In the point-slope form, we use the equation:

• \( y - y_1 = m(x - x_1) \)

Here, \((x_1, y_1)\) is a specific point on the line, and \(m\) is the slope. This form is incredibly handy for finding or rewriting the equation of the line when these values are known. In the example given: Point = \((1, 2)\) and Slope = \(\frac{1}{10}\), substituting gives us the function that describes our line.

The equation of a line not only tells us roughly the direction and steepness (via the slope), but it also gives a comprehensive description about how any two variables relate linearly. This foundational concept supports deeper understanding of linear relationships in algebra.

The slope-intercept form of the equation of a line is probably the most familiar to students. In this form, the equation is written as \( y = mx + b \). Here:

• \(m\) stands for the slope of the line.
• \(b\) is the y-intercept, i.e., where the line crosses the y-axis.

This form is straightforward because it allows you to see at a glance where the line starts and how it progresses. To convert the point-slope form used in the exercise to the slope-intercept form, begin by distributing and simplifying:

• Distribute the slope (in this case \(\frac{1}{10}\)) through the expression \((x - 1)\).
• Solve for \(y\) by adding or subtracting terms to get \(y\) by itself.

For the example given, the equation started as \( y - 2 = \frac{1}{10}(x - 1) \) and ultimately became \( y = \frac{1}{10}x + \frac{19}{10} \). This final form provides both an easy way to start graphing, and a better understanding of how that particular line lies in the coordinate plane.
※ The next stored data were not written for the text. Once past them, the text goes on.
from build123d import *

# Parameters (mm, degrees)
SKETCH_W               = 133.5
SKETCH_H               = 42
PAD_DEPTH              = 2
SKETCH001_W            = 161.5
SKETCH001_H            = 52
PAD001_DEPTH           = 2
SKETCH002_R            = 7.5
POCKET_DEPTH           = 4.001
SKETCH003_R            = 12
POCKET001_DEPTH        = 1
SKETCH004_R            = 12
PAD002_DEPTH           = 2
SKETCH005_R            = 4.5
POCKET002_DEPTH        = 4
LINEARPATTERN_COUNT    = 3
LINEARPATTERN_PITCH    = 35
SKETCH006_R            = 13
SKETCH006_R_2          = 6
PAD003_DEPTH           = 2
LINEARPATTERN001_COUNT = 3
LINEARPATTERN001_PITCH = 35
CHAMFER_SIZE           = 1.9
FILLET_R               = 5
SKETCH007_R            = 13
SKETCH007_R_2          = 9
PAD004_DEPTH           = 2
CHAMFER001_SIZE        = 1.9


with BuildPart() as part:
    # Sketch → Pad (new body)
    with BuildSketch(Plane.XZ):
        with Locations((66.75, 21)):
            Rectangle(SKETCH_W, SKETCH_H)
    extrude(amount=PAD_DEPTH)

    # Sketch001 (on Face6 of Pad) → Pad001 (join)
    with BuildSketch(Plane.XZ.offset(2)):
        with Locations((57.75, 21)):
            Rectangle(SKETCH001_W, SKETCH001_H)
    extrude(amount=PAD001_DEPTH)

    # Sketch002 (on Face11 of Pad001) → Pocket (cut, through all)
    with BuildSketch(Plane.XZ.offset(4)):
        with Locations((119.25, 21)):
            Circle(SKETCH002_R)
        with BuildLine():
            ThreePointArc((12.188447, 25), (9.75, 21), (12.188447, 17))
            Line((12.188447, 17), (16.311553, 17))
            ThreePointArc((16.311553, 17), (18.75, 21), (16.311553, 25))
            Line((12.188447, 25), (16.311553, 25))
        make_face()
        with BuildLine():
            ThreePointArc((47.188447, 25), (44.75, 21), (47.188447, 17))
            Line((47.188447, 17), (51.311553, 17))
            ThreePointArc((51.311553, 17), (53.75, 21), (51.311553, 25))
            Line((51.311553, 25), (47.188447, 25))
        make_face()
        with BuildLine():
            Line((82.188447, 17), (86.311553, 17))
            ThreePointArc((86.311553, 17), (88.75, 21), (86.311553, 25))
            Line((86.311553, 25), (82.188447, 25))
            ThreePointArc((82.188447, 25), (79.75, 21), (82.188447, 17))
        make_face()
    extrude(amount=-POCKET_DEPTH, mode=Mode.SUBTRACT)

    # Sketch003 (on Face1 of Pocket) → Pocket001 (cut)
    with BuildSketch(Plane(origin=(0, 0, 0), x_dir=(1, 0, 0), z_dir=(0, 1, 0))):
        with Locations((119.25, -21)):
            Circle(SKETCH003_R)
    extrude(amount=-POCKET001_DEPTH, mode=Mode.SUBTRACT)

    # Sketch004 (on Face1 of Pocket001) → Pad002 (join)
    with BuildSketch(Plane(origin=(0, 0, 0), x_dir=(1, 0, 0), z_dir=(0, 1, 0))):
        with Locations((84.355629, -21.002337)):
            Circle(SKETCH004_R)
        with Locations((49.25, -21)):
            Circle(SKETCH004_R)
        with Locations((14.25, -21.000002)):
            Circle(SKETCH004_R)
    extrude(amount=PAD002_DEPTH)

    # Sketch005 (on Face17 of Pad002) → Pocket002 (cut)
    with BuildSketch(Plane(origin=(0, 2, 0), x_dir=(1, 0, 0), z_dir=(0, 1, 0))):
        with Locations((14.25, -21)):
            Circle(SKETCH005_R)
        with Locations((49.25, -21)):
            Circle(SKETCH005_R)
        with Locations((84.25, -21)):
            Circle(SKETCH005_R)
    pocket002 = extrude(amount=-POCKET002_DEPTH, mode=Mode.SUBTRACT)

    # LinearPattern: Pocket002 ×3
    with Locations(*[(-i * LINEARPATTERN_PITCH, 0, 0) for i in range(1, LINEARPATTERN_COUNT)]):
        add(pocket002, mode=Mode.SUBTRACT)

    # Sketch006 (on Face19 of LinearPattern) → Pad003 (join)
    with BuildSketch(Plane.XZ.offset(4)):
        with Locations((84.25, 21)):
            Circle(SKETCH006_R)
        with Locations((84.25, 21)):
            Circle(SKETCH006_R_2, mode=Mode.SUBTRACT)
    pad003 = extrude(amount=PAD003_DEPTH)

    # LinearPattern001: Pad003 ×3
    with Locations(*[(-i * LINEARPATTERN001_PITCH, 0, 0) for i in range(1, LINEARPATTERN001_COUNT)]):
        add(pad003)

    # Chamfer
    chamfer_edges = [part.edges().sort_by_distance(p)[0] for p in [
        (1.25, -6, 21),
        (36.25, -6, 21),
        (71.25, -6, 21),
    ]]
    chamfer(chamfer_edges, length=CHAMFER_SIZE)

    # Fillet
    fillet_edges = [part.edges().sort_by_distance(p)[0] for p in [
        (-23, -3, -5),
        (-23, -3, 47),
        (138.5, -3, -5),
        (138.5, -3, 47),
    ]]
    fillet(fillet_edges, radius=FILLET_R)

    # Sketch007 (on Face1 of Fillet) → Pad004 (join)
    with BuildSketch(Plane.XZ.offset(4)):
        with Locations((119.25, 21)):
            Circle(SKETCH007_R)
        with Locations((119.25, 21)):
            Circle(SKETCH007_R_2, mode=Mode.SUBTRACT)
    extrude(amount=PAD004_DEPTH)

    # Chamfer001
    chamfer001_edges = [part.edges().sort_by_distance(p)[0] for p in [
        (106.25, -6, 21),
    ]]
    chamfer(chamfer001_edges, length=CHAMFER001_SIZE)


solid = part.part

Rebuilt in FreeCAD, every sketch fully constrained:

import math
import FreeCAD as App
import Part
import Sketcher


def edges_at(feature, points):
    """Names of the edges that pass closest to the given points."""
    edges = feature.Shape.Edges
    near = lambda p: min(range(len(edges)), key=lambda i: edges[i].distToShape(Part.Vertex(*p))[0])
    return sorted({f"Edge{near(p) + 1}" for p in points})


def add_polygon(sketch, points):
    """Adds a closed chain of lines whose ends are joined by coincident constraints."""
    first, n = sketch.GeometryCount, len(points)
    for a, b in zip(points, points[1:] + points[:1]):
        sketch.addGeometry(Part.LineSegment(App.Vector(*a, 0), App.Vector(*b, 0)), False)
    for i in range(n):
        sketch.addConstraint(Sketcher.Constraint("Coincident", first + i, 2, first + (i + 1) % n, 1))

doc = App.newDocument("Part")
body = doc.addObject("PartDesign::Body", "Body")

# Sketch on XZ plane
sketch1 = body.newObject("Sketcher::SketchObject", "Sketch")
sketch1.AttachmentSupport = (doc.getObject("XZ_Plane"), [""])
sketch1.MapMode = "FlatFace"
add_polygon(sketch1, [(0, 42), (0, 0), (133.5, 0), (133.5, 42)])  # lines 0-3
sketch1.addConstraint([
    Sketcher.Constraint("Vertical", 0),
    Sketcher.Constraint("Horizontal", 1),
    Sketcher.Constraint("Vertical", 2),
    Sketcher.Constraint("Horizontal", 3),
    Sketcher.Constraint("Coincident", 0, 2, -1, 1),
    Sketcher.Constraint("DistanceY", 0, 2, 0, 1, 42.0),
    Sketcher.Constraint("DistanceX", 1, 1, 1, 2, 133.5),
])
pad1 = body.newObject("PartDesign::Pad", "Pad")
pad1.Profile = sketch1
pad1.Length = 2

# Sketch on XZ plane
sketch2 = body.newObject("Sketcher::SketchObject", "Sketch001")
sketch2.AttachmentSupport = (doc.getObject("XZ_Plane"), [""])
sketch2.MapMode = "FlatFace"
sketch2.AttachmentOffset = App.Placement(App.Vector(0, 0, 2), App.Rotation())
add_polygon(sketch2, [(-23, 47), (-23, -5), (138.5, -5), (138.5, 47)])  # lines 0-3
sketch2.addConstraint([
    Sketcher.Constraint("Vertical", 0),
    Sketcher.Constraint("Horizontal", 1),
    Sketcher.Constraint("Vertical", 2),
    Sketcher.Constraint("Horizontal", 3),
    Sketcher.Constraint("DistanceY", 0, 2, 0, 1, 52.0),
    Sketcher.Constraint("DistanceX", 1, 1, 1, 2, 161.5),
    Sketcher.Constraint("DistanceX", 0, 2, -1, 1, 23.0),
    Sketcher.Constraint("DistanceY", 0, 2, -1, 1, 5.0),
])
pad2 = body.newObject("PartDesign::Pad", "Pad001")
pad2.Profile = sketch2
pad2.Length = 2

# Sketch on XZ plane
sketch3 = body.newObject("Sketcher::SketchObject", "Sketch002")
sketch3.AttachmentSupport = (doc.getObject("XZ_Plane"), [""])
sketch3.MapMode = "FlatFace"
sketch3.AttachmentOffset = App.Placement(App.Vector(0, 0, 4), App.Rotation())
sketch3.addGeometry([
    Part.Circle(App.Vector(119.25, 21, 0), App.Vector(0, 0, 1), 7.5),  # 0
    Part.ArcOfCircle(Part.Circle(App.Vector(14.25, 21, 0), App.Vector(0, 0, 1), 4.5), math.radians(117.266048), math.radians(242.733952)),  # 1
    Part.LineSegment(App.Vector(12.188447, 17, 0), App.Vector(16.311553, 17, 0)),  # 2
    Part.ArcOfCircle(Part.Circle(App.Vector(14.25, 21, 0), App.Vector(0, 0, 1), 4.5), math.radians(-62.733952), math.radians(62.733952)),  # 3
    Part.LineSegment(App.Vector(16.311553, 25, 0), App.Vector(12.188447, 25, 0)),  # 4
    Part.ArcOfCircle(Part.Circle(App.Vector(49.25, 21, 0), App.Vector(0, 0, 1), 4.5), math.radians(117.266048), math.radians(242.733952)),  # 5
Graphing linear equations brings the algebraic representation of a line to life on a coordinate grid. It allows you to visually interpret the equation giving tangible insight into its meaning. To graph a line using the slope-intercept form \(y = mx + b\):

• Start at the y-intercept (\(b\)), for example, \(\frac{19}{10}\) in our case.
• Use the slope \(m\) to determine the direction of the line. A positive slope means the line ascends from left to right.
• From the y-intercept, apply the slope: rise over run. For \(\frac{1}{10}\), you move up 1 unit and right 10 units to find another point on the line.

For precision, it's helpful to plot multiple points using the slope. Draw the line through these points, extending it across the grid. This exercise not only helps in mastering graphing skills but also hones one’s ability to translate an equation into a visual representation of linear relationships.